*** Study material Section Begins ***

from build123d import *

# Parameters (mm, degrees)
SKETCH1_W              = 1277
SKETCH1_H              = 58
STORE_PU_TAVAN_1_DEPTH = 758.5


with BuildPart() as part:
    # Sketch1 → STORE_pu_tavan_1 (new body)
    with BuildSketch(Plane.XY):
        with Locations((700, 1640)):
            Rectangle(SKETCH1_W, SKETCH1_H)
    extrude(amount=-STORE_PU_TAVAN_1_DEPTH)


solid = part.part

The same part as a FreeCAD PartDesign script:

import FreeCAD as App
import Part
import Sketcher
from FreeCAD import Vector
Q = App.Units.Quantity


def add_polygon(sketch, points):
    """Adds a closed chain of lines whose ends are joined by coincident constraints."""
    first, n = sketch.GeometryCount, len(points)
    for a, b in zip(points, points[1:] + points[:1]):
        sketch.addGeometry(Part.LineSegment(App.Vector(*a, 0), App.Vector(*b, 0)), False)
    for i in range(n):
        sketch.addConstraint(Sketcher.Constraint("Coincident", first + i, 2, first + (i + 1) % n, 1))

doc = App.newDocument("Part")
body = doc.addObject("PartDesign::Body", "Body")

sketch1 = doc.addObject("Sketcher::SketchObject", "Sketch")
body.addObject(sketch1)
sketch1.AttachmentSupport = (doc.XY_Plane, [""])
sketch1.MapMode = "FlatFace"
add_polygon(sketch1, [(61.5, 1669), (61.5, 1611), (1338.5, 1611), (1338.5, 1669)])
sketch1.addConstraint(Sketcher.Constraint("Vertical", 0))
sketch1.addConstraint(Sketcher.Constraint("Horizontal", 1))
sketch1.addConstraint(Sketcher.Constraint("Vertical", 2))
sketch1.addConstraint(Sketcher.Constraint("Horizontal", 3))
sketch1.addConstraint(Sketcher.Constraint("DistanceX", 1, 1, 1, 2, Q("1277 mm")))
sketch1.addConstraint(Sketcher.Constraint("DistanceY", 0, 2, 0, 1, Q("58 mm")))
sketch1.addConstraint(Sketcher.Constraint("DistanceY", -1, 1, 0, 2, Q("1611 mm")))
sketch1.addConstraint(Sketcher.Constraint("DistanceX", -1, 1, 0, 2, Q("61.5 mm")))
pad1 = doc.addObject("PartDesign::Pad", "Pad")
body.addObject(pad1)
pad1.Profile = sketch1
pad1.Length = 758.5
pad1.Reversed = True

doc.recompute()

*** Study material Section Ends ***

Your goal |
Only a number is expected here: how many lines of the records above contain "with".

Task response |
3